Section | Semester | Instructor | Time | Location | Session | Course Areas |
---|---|---|---|---|---|---|
1 | Summer 2016 | Puckett, Kent
|
MTTh 12-2 | 88 Dwinelle |
Shakespeare, William: The Norton Shakespeare: Based on the Oxford Edition: Tragedies
I will make a number of secondary readings available through our course website.

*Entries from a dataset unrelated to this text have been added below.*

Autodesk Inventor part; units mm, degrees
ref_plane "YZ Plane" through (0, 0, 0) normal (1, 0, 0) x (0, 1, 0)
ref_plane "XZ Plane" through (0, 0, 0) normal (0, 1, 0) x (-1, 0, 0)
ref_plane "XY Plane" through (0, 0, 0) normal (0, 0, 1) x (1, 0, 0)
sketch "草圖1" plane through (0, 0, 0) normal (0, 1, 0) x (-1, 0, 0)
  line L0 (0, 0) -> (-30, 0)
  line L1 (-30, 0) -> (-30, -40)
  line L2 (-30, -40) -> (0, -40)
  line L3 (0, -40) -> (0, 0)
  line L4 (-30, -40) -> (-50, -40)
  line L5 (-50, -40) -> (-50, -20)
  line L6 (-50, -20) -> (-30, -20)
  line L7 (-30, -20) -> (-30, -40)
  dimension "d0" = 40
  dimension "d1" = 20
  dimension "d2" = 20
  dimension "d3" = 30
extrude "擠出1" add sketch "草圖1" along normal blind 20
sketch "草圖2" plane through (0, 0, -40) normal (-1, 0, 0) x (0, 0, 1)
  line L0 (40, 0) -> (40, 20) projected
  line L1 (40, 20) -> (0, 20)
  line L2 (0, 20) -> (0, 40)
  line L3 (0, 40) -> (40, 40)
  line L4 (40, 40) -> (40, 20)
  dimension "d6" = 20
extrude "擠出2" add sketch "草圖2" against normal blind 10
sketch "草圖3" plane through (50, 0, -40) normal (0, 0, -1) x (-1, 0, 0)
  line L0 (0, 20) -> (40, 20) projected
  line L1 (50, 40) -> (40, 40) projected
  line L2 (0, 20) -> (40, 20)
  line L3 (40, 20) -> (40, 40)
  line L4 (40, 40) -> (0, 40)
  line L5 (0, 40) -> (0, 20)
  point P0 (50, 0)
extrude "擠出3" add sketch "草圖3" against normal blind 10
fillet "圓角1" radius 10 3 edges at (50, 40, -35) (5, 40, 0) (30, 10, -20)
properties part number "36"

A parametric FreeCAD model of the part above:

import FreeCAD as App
import Part
import Sketcher
from FreeCAD import Vector
Q = App.Units.Quantity


def edges_at(feature, points):
    """Names of the edges that pass closest to the given points."""
    edges = feature.Shape.Edges
    near = lambda p: min(range(len(edges)), key=lambda i: edges[i].distToShape(Part.Vertex(*p))[0])
    return sorted({f"Edge{near(p) + 1}" for p in points})


def add_polygon(sketch, points):
    """Adds a closed chain of lines whose ends are joined by coincident constraints."""
    first, n = sketch.GeometryCount, len(points)
    for a, b in zip(points, points[1:] + points[:1]):
        sketch.addGeometry(Part.LineSegment(App.Vector(*a, 0), App.Vector(*b, 0)), False)
    for i in range(n):
        sketch.addConstraint(Sketcher.Constraint("Coincident", first + i, 2, first + (i + 1) % n, 1))

doc = App.newDocument("Part")
body = doc.addObject("PartDesign::Body", "Body")

# Sketch on XZ plane
sketch1 = body.newObject("Sketcher::SketchObject", "Sketch")
sketch1.AttachmentSupport = (doc.getObject("XZ_Plane"), [""])
sketch1.MapMode = "FlatFace"
add_polygon(sketch1, [(0, -40), (0, 0), (30, 0), (30, -20), (50, -20), (50, -40)])  # lines 0-5
sketch1.addConstraint(Sketcher.Constraint("Vertical", 0))
sketch1.addConstraint(Sketcher.Constraint("Horizontal", 1))
sketch1.addConstraint(Sketcher.Constraint("Vertical", 2))
sketch1.addConstraint(Sketcher.Constraint("Horizontal", 3))
sketch1.addConstraint(Sketcher.Constraint("Vertical", 4))
sketch1.addConstraint(Sketcher.Constraint("Horizontal", 5))
sketch1.addConstraint(Sketcher.Constraint("Coincident", 0, 2, -1, 1))
sketch1.addConstraint(Sketcher.Constraint("Equal", 3, 2))
sketch1.addConstraint(Sketcher.Constraint("Equal", 2, 4))
sketch1.addConstraint(Sketcher.Constraint("DistanceX", 1, 1, 1, 2, Q("30 mm")))
sketch1.addConstraint(Sketcher.Constraint("DistanceX", 3, 1, 3, 2, Q("20 mm")))
pad1 = body.newObject("PartDesign::Pad", "Pad")
pad1.Profile = sketch1
pad1.Length = 20
pad1.Reversed = True

# Sketch on YZ plane
sketch2 = body.newObject("Sketcher::SketchObject", "Sketch001")
sketch2.AttachmentSupport = (doc.getObject("YZ_Plane"), [""])
sketch2.MapMode = "FlatFace"
add_polygon(sketch2, [(20, -40), (20, 0), (40, 0), (40, -40)])  # lines 0-3
sketch2.addConstraint(Sketcher.Constraint("Vertical", 0))
sketch2.addConstraint(Sketcher.Constraint("Horizontal", 1))
sketch2.addConstraint(Sketcher.Constraint("Vertical", 2))
sketch2.addConstraint(Sketcher.Constraint("Horizontal", 3))
sketch2.addConstraint(Sketcher.Constraint("PointOnObject", 0, 2, -1))
sketch2.addConstraint(Sketcher.Constraint("DistanceX", 1, 1, 1, 2, Q("20 mm")))
sketch2.addConstraint(Sketcher.Constraint("DistanceX", -1, 1, 0, 2, Q("20 mm")))
sketch2.addConstraint(Sketcher.Constraint("DistanceY", 0, 1, 0, 2, Q("40 mm")))
pad2 = body.newObject("PartDesign::Pad", "Pad001")
pad2.Profile = sketch2
pad2.Length = 10

# Sketch on XY plane
sketch3 = body.newObject("Sketcher::SketchObject", "Sketch002")
sketch3.AttachmentSupport = (doc.getObject("XY_Plane"), [""])
sketch3.MapMode = "FlatFace"
sketch3.AttachmentOffset = App.Placement(Vector(0, 0, -40), App.Rotation())
add_polygon(sketch3, [(50, 40), (50, 20), (10, 20), (10, 40)])  # lines 0-3
sketch3.addConstraint(Sketcher.Constraint("Vertical", 0))
sketch3.addConstraint(Sketcher.Constraint("Horizontal", 1))
sketch3.addConstraint(Sketcher.Constraint("Vertical", 2))
sketch3.addConstraint(Sketcher.Constraint("Horizontal", 3))
sketch3.addConstraint(Sketcher.Constraint("DistanceX", 1, 2, 1, 1, Q("40 mm")))
sketch3.addConstraint(Sketcher.Constraint("DistanceY", 0, 2, 0, 1, Q("20 mm")))
sketch3.addConstraint(Sketcher.Constraint("DistanceX", -1, 1, 0, 2, Q("50 mm")))
sketch3.addConstraint(Sketcher.Constraint("DistanceY", -1, 1, 0, 2, Q("20 mm")))
pad3 = body.newObject("PartDesign::Pad", "Pad002")
pad3.Profile = sketch3
pad3.Length = 10
doc.recompute()

fillet = body.newObject("PartDesign::Fillet", "Fillet")
fillet.Base = (pad3, edges_at(pad3, [(50, 40, -35), (5, 40, 0), (30, 10, -20)]))
fillet.Radius = 10

doc.recompute()
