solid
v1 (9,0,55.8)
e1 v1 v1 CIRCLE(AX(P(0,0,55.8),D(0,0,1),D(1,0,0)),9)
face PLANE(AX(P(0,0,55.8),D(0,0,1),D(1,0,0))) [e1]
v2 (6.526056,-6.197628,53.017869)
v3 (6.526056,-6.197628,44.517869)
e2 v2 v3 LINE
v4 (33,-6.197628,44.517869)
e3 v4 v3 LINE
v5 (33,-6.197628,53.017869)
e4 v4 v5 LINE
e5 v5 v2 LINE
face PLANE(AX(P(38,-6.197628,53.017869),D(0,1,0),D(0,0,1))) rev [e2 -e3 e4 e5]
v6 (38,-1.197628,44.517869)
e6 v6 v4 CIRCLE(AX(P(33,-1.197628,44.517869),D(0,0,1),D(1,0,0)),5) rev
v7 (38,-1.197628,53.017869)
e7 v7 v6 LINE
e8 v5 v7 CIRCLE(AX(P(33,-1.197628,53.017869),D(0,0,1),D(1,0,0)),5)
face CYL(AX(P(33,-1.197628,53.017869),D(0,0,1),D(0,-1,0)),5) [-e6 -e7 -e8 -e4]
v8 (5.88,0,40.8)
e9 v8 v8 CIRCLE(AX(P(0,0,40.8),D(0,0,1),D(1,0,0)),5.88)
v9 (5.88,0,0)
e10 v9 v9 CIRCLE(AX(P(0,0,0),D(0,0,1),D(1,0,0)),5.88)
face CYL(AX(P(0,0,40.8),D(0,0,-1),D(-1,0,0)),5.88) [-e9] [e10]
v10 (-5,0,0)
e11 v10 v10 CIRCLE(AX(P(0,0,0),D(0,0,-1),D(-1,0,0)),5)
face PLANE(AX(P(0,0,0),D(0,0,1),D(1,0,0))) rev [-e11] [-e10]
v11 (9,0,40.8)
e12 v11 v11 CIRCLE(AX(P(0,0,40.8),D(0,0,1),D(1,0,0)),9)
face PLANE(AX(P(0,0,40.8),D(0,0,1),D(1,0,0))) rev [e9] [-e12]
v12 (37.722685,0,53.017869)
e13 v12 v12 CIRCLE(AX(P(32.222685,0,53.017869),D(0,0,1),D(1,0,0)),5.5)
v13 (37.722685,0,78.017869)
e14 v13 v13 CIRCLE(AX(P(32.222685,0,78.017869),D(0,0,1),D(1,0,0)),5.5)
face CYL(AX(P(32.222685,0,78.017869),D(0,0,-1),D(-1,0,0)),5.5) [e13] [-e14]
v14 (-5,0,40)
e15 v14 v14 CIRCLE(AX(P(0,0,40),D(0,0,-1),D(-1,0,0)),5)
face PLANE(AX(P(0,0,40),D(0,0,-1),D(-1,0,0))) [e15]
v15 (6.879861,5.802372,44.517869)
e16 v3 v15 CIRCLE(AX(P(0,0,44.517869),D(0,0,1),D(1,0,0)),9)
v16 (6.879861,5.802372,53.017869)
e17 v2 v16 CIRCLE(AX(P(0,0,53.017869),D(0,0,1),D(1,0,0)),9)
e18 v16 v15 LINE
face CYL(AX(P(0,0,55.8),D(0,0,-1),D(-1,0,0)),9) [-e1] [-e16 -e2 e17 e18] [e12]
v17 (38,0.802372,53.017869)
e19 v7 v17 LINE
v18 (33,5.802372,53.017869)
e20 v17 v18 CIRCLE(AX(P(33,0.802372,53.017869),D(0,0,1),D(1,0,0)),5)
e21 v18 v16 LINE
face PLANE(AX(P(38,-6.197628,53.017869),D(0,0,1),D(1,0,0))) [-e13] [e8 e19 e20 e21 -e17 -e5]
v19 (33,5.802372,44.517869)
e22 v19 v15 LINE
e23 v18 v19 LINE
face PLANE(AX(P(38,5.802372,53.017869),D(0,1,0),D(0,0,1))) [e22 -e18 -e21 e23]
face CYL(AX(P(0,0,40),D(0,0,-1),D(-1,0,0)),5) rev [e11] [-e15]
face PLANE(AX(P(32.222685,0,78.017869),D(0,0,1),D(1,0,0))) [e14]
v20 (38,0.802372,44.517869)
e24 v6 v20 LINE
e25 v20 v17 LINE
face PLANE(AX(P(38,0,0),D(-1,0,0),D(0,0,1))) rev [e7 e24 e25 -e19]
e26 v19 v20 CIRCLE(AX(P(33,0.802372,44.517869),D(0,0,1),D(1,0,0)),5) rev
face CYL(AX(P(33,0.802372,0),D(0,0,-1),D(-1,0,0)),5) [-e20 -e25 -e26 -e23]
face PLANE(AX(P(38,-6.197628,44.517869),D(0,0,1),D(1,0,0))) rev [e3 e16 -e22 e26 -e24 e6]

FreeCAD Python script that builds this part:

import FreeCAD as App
import Part
import Sketcher
from FreeCAD import Vector


def edges_at(feature, points):
    """Names of the edges that pass closest to the given points."""
    edges = feature.Shape.Edges
    near = lambda p: min(range(len(edges)), key=lambda i: edges[i].distToShape(Part.Vertex(*p))[0])
    return sorted({f"Edge{near(p) + 1}" for p in points})


def add_polygon(sketch, points):
    """Adds a closed chain of lines whose ends are joined by coincident constraints."""
    first, n = sketch.GeometryCount, len(points)
    for a, b in zip(points, points[1:] + points[:1]):
        sketch.addGeometry(Part.LineSegment(App.Vector(*a, 0), App.Vector(*b, 0)), False)
    for i in range(n):
        sketch.addConstraint(Sketcher.Constraint("Coincident", first + i, 2, first + (i + 1) % n, 1))

doc = App.newDocument("Part")
params = doc.addObject("Spreadsheet::Sheet", "Params")
for row, (alias, value) in enumerate([
    ("sketch1_diameter", "11.76 mm"),
    ("pad1_length", "40.8 mm"),
    ("sketch2_diameter", "18 mm"),
    ("pad2_length", "15 mm"),
    ("sketch3_diameter", "10 mm"),
    ("pocket1_length", "40 mm"),
    ("sketch4_width", "12 mm"),
    ("sketch4_height", "8.5 mm"),
    ("pad3_length", "38 mm"),
    ("sketch5_diameter", "11 mm"),
    ("pad4_length", "25 mm"),
    ("fillet_radius", "5 mm"),
    ("fillet2_radius", "5 mm"),
], start=1):
    params.set(f"A{row}", alias)
    params.set(f"B{row}", "=" + value)
    params.setAlias(f"B{row}", alias)

body = doc.addObject("PartDesign::Body", "Body")

# Sketch on XY plane
sketch1 = body.newObject("Sketcher::SketchObject", "Sketch")
sketch1.AttachmentSupport = (doc.getObject("XY_Plane"), [""])
sketch1.MapMode = "FlatFace"
sketch1.addGeometry(Part.Circle(Vector(0, 0, 0), Vector(0, 0, 1), 6), False)
sketch1.addConstraint([
    Sketcher.Constraint("Coincident", 0, 3, -1, 1),
    Sketcher.Constraint("Diameter", 0, 11.76),
])
sketch1.setExpression("Constraints[1]", "Params.sketch1_diameter")
pad1 = body.newObject("PartDesign::Pad", "Pad")
pad1.Profile = sketch1
pad1.setExpression("Length", "Params.pad1_length")

# Sketch on XY plane
sketch2 = body.newObject("Sketcher::SketchObject", "Sketch001")
sketch2.AttachmentSupport = (doc.getObject("XY_Plane"), [""])
sketch2.MapMode = "FlatFace"
sketch2.AttachmentOffset = App.Placement(Vector(0, 0, 40.8), App.Rotation())
sketch2.addGeometry(Part.Circle(Vector(0, 0, 0), Vector(0, 0, 1), 9), False)
sketch2.addConstraint([
    Sketcher.Constraint("Coincident", 0, 3, -1, 1),
    Sketcher.Constraint("Diameter", 0, 18.0),
])
sketch2.setExpression("Constraints[1]", "Params.sketch2_diameter")
pad2 = body.newObject("PartDesign::Pad", "Pad001")
pad2.Profile = sketch2
pad2.setExpression("Length", "Params.pad2_length")

# Sketch on XY plane
sketch3 = body.newObject("Sketcher::SketchObject", "Sketch002")
sketch3.AttachmentSupport = (doc.getObject("XY_Plane"), [""])
sketch3.MapMode = "FlatFace"
sketch3.addGeometry(Part.Circle(Vector(0, 0, 0), Vector(0, 0, 1), 5), False)
sketch3.addConstraint([
    Sketcher.Constraint("Coincident", 0, 3, -1, 1),
    Sketcher.Constraint("Diameter", 0, 10.0),
])
sketch3.setExpression("Constraints[1]", "Params.sketch3_diameter")
pocket1 = body.newObject("PartDesign::Pocket", "Pocket")
pocket1.Profile = sketch3
pocket1.setExpression("Length", "Params.pocket1_length")
pocket1.Reversed = True

# Sketch on YZ plane
sketch4 = body.newObject("Sketcher::SketchObject", "Sketch003")
sketch4.AttachmentSupport = (doc.getObject("YZ_Plane"), [""])
sketch4.MapMode = "FlatFace"
add_polygon(sketch4, [(6, 53), (-6, 53), (-6, 45), (6, 45)])  # lines 0-3
sketch4.addConstraint([
    Sketcher.Constraint("Horizontal", 0),
    Sketcher.Constraint("Vertical", 1),
    Sketcher.Constraint("Horizontal", 2),
    Sketcher.Constraint("Vertical", 3),
    Sketcher.Constraint("DistanceX", 0, 2, 0, 1, 12.0),
    Sketcher.Constraint("DistanceY", 1, 2, 1, 1, 8.5),
    Sketcher.Constraint("DistanceX", 0, 2, -1, 1, 6.197628),
    Sketcher.Constraint("DistanceY", -1, 1, 0, 2, 53.017869),
])
sketch4.setExpression("Constraints[8]", "Params.sketch4_width")
sketch4.setExpression("Constraints[9]", "Params.sketch4_height")
pad3 = body.newObject("PartDesign::Pad", "Pad002")
pad3.Profile = sketch4
pad3.setExpression("Length", "Params.pad3_length")

# Sketch on XY plane
sketch5 = body.newObject("Sketcher::SketchObject", "Sketch004")
sketch5.AttachmentSupport = (doc.getObject("XY_Plane"), [""])
sketch5.MapMode = "FlatFace"
sketch5.AttachmentOffset = App.Placement(Vector(0, 0, 53.017869), App.Rotation())
sketch5.addGeometry(Part.Circle(Vector(32, 0, 0), Vector(0, 0, 1), 6), False)
sketch5.addConstraint([
    Sketcher.Constraint("PointOnObject", 0, 3, -1),
    Sketcher.Constraint("Diameter", 0, 11.0),
    Sketcher.Constraint("DistanceX", -1, 1, 0, 3, 32.222685),
])
sketch5.setExpression("Constraints[1]", "Params.sketch5_diameter")
pad4 = body.newObject("PartDesign::Pad", "Pad003")
pad4.Profile = sketch5
pad4.setExpression("Length", "Params.pad4_length")
doc.recompute()

fillet = body.newObject("PartDesign::Fillet", "Fillet")
fillet.Base = (pad4, edges_at(pad4, [(38, 5.802, 48.768)]))
fillet.setExpression("Radius", "Params.fillet_radius")
doc.recompute()

fillet2 = body.newObject("PartDesign::Fillet", "Fillet001")
fillet2.Base = (fillet, edges_at(fillet, [(38, -6.198, 48.768)]))
fillet2.setExpression("Radius", "Params.fillet2_radius")

doc.recompute()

In his great book on Shakespearean Tragedy (1905), A. C. Bradley writes that, when we experience one of Shakespeare's tragic plays, "We seem to have before us a type of the mystery of the whole world, the tragic fact which extends far beyond the limits of tragedy. Everywhere, from the crushed rocks beneath our feet to the soul of man, we see power, intelligence, life and glory, which astound us and seem to call for our worship. And everywhere we see them perishing, devouring one another and destroying themselves, often with dreadful pain, as though they came into being for no other end." In this course we will look at several of Shakespeare's tragedies in order both to see how they work as individual plays and to relate them to ideas about the nature of tragedy from Aristotle to the present. We'll want both to understand Shakespeare's sense of the tragic as a response to his time and to see how Shakespeare's tragedies might help us to see something larger and still true about the experience of the tragic in life and literature.
This course will be taught in Session A, from May 23 to June 30.